Ancora più sconvolgente è però quello che sta succedendo in Iraq, un evento che ricorda le violenze troppe volte ricorrenti nella storia dei conflitti mondiali: ottomila sono i volumi sottratti e dati alle fiamme nella Biblioteca centrale di Mosul. Tra i testi c’erano manoscritti rari, esemplari che tramandavano la tradizione della stessa civiltà araba. Ed è paradossale pensare che a divenire teatro di questo oltraggio, sono proprio i luoghi dove nacque una delle prime e più importanti biblioteche dell’antichità, quella del re assiro Assurbanipal.

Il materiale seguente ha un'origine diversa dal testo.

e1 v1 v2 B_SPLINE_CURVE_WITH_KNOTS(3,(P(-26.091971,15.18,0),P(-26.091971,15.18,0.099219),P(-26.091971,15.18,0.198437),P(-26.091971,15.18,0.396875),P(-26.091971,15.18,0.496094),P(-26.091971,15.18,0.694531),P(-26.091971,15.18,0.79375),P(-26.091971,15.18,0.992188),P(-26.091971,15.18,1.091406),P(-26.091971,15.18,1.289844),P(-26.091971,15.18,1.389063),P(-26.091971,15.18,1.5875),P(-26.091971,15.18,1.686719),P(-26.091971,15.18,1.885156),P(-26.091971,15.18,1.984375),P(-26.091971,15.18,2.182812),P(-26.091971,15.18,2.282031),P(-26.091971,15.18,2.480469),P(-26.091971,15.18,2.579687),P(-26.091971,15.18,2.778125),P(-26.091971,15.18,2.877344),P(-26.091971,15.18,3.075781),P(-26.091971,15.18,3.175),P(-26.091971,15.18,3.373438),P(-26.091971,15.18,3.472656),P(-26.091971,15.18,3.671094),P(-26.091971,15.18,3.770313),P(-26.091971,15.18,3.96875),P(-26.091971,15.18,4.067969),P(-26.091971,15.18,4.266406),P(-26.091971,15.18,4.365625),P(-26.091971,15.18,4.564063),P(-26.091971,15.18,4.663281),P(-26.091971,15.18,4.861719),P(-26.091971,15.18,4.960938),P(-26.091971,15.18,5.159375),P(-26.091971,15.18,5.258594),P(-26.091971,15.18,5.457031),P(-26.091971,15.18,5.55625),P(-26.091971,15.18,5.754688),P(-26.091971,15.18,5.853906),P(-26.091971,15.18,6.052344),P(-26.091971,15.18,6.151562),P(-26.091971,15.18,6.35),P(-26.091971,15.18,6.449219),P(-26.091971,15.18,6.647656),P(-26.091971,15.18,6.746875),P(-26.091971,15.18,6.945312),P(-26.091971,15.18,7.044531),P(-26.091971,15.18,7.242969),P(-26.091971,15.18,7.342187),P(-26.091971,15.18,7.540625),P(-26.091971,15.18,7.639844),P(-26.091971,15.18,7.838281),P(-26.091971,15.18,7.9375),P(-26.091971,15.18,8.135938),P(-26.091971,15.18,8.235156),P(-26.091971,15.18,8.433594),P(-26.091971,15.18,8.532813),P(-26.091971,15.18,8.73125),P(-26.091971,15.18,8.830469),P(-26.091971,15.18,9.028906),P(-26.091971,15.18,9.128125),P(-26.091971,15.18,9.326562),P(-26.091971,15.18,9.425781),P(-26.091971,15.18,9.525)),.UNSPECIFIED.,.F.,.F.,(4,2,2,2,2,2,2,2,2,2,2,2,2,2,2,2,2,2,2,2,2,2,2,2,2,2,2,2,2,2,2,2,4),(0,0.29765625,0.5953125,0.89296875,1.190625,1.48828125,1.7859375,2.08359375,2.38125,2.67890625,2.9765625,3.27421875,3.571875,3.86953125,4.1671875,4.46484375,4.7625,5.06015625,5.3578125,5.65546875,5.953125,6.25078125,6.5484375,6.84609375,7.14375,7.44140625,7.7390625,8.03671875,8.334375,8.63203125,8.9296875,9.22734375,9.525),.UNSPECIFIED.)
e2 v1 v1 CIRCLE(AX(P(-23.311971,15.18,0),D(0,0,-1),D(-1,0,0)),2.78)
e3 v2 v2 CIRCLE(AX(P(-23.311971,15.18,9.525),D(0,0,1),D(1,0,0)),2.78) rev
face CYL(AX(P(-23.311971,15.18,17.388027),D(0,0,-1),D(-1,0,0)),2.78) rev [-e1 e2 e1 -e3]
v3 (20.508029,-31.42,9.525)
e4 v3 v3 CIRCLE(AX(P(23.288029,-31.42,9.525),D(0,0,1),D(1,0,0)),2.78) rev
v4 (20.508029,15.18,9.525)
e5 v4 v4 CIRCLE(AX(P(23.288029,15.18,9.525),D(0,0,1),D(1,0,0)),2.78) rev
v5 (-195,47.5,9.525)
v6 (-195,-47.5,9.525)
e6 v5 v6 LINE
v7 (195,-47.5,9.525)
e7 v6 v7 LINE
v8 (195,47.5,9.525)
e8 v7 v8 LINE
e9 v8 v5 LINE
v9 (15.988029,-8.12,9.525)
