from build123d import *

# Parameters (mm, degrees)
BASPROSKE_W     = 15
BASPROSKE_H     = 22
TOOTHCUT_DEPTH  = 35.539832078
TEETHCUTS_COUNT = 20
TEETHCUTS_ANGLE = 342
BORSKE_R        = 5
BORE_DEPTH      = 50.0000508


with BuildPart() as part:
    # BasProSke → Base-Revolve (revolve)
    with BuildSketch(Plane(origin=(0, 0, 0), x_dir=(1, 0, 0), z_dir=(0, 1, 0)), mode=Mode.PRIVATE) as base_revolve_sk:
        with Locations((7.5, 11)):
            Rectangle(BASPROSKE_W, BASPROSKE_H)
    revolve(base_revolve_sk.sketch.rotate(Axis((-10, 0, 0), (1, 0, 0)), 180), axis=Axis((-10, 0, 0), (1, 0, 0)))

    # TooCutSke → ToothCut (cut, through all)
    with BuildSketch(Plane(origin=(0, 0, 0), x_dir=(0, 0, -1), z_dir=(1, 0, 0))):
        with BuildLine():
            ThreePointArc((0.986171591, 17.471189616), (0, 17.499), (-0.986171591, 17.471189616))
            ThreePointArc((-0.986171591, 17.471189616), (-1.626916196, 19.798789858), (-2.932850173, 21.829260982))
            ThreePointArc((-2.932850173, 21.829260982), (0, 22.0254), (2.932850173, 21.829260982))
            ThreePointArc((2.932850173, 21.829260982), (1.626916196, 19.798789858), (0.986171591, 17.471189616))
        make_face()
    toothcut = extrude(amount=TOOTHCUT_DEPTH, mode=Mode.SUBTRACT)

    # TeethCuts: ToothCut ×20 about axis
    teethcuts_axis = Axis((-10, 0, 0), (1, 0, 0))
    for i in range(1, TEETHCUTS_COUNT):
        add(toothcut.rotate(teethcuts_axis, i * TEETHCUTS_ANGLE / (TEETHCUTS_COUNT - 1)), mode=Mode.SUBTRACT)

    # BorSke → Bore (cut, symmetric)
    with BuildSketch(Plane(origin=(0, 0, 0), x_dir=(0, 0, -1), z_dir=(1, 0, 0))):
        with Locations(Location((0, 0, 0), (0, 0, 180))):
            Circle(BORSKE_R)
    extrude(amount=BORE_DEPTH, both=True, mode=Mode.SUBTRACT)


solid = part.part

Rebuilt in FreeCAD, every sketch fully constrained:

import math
import FreeCAD as App
import Part
import Sketcher
from FreeCAD import Vector


def add_polygon(sketch, points):
    """Adds a closed chain of lines whose ends are joined by coincident constraints."""
    first, n = sketch.GeometryCount, len(points)
    for a, b in zip(points, points[1:] + points[:1]):
        sketch.addGeometry(Part.LineSegment(App.Vector(*a, 0), App.Vector(*b, 0)), False)
    for i in range(n):
        sketch.addConstraint(Sketcher.Constraint("Coincident", first + i, 2, first + (i + 1) % n, 1))

doc = App.newDocument("Part")
params = doc.addObject("Spreadsheet::Sheet", "Params")
for row, (alias, value) in enumerate([
    ("sketch1_width", "15 mm"),
    ("sketch1_height", "22 mm"),
    ("revolution_angle", "360 deg"),
    ("sketch2_radius", "8 mm"),
    ("sketch3_diameter", "10 mm"),
    ("pocket2_length", "100.000102 mm"),
], start=1):
    params.set(f"A{row}", alias)
    params.set(f"B{row}", "=" + value)
    params.setAlias(f"B{row}", alias)

body = doc.addObject("PartDesign::Body", "Body")

# Sketch on XZ plane
sketch1 = body.newObject("Sketcher::SketchObject", "Sketch")
sketch1.AttachmentSupport = (doc.getObject("XZ_Plane"), [""])
sketch1.MapMode = "FlatFace"
add_polygon(sketch1, [(0, -22), (0, 0), (15, 0), (15, -22)])  # lines 0-3
sketch1.addConstraint([
    Sketcher.Constraint("Vertical", 0),
    Sketcher.Constraint("Horizontal", 1),
    Sketcher.Constraint("Vertical", 2),
    Sketcher.Constraint("Horizontal", 3),
    Sketcher.Constraint("Coincident", 0, 2, -1, 1),
    Sketcher.Constraint("DistanceX", 1, 1, 1, 2, 15.0),
    Sketcher.Constraint("DistanceY", 0, 1, 0, 2, 22.0),
])
sketch1.setExpression("Constraints[9]", "Params.sketch1_width")
sketch1.setExpression("Constraints[10]", "Params.sketch1_height")
revolution = body.newObject("PartDesign::Revolution", "Revolution")
revolution.Profile = sketch1
revolution.ReferenceAxis = (sketch1, ["H_Axis"])
revolution.setExpression("Angle", "Params.revolution_angle")

# Sketch on YZ plane
sketch2 = body.newObject("Sketcher::SketchObject", "Sketch001")
sketch2.AttachmentSupport = (doc.getObject("YZ_Plane"), [""])
sketch2.MapMode = "FlatFace"
sketch2.addGeometry([
    Part.ArcOfCircle(Part.Circle(Vector(0, 0, 0), Vector(0, 0, 1), 17.5), math.radians(-3.23), math.radians(3.23)),
    Part.ArcOfCircle(Part.Circle(Vector(16.5, -8.9, 0), Vector(0, 0, 1), 8), math.radians(49), math.radians(83)),
    Part.ArcOfCircle(Part.Circle(Vector(0, 0, 0), Vector(0, 0, 1), 22), math.radians(-7.65), math.radians(7.65)),
    Part.ArcOfCircle(Part.Circle(Vector(16.5, 8.9, 0), Vector(0, 0, 1), 8), math.radians(-83), math.radians(-49)),
], False)
sketch2.addConstraint([
    Sketcher.Constraint("Coincident", 0, 1, 1, 2),
    Sketcher.Constraint("Coincident", 1, 1, 2, 1),
    Sketcher.Constraint("Coincident", 2, 2, 3, 2),
    Sketcher.Constraint("Coincident", 3, 1, 0, 2),
    Sketcher.Constraint("Coincident", 0, 3, -1, 1),
    Sketcher.Constraint("Coincident", 2, 3, -1, 1),
    Sketcher.Constraint("Equal", 1, 3),
    Sketcher.Constraint("Symmetric", 1, 3, 3, 3, -1),
    Sketcher.Constraint("Radius", 1, 8.0),
    Sketcher.Constraint("Radius", 0, 17.499),
    Sketcher.Constraint("Radius", 2, 22.0254),
    Sketcher.Constraint("DistanceY", 1, 1, 2, 2, 5.8657),
    Sketcher.Constraint("DistanceX", -1, 1, 1, 3, 16.536031),
])
sketch2.setExpression("Constraints[8]", "Params.sketch2_radius")
pocket1 = body.newObject("PartDesign::Pocket", "Pocket")
pocket1.Profile = sketch2
pocket1.Type = "ThroughAll"
pocket1.Reversed = True
doc.recompute()

polarpattern = body.newObject("PartDesign::PolarPattern", "PolarPattern")
polarpattern.Originals = [pocket1]
polarpattern.Axis = (doc.getObject("X_Axis"), [""])
polarpattern.Angle = 360
polarpattern.Occurrences = 20
body.Tip = polarpattern

# Sketch on YZ plane
sketch3 = body.newObject("Sketcher::SketchObject", "Sketch002")
sketch3.AttachmentSupport = (doc.getObject("YZ_Plane"), [""])
sketch3.MapMode = "FlatFace"
sketch3.addGeometry(Part.Circle(Vector(0, 0, 0), Vector(0, 0, 1), 5), False)
sketch3.addConstraint([
    Sketcher.Constraint("Coincident", 0, 3, -1, 1),
    Sketcher.Constraint("Diameter", 0, 10.0),
])
sketch3.setExpression("Constraints[1]", "Params.sketch3_diameter")
pocket2 = body.newObject("PartDesign::Pocket", "Pocket001")
pocket2.Profile = sketch3
pocket2.setExpression("Length", "Params.pocket2_length")
pocket2.Midplane = True

doc.recompute()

All’amarezza di oggi, fa eco il ricordo di quello che era un tempo il mondo di Assur, specchio di una civiltà militare dove la conquista era effimera perché accompagnata dal senso della caducità dell’impresa. Una civiltà grandiosa a cominciare dai palazzi, per continuare con le statue e le lastre istoriate. La produzione artistica fu per i monarchi il mezzo per rendere una testimonianza viva delle loro imprese. Negli enormi blocchi di pietra le scene belliche e le vicende di Assurnazipal, Assurbanipal, di Salmanassar vengono rappresentate in composizioni rigidamente bilanciate, poiché tutto doveva soggiacere ad un canone artistico-matematico di equilibrio e simmetria. Anche nelle statue a tutto tondo assistiamo ad una ripetizione ossessiva della figura: i re assiri venivano rappresentati come uomini maestosi, ieratici, dalle lunghe barbe, dall’espressione severa e dalla gestualità imperativa. Il corpo è sovrastato da una lunga veste, appena vivacizzata da brevi colpi di cesello che disegnano qua e là qualche ciocca di lana. Il monarca è un essere duro, spietato, dai cui occhi trapela una volontà inflessibile e sembra attendere il verdetto della posterità. Eppure questi uomini vivevano anche sotto l’ossessione della morte, e così nei portali dei palazzi comparivano gli enormi tori androcefali che montavano fedelmente la guardia, e sui muri dei cortili e delle sale i geni alati e le potenze celesti erano a sostegno dei soldati del re. “Considerate la vostra semenza: fatti non foste a viver come bruti, ma per seguir virtute e canoscenza”, queste sono le parole pronunciate dall’eroe omerico Ulisse, che di città distrutte ne sapeva qualcosa.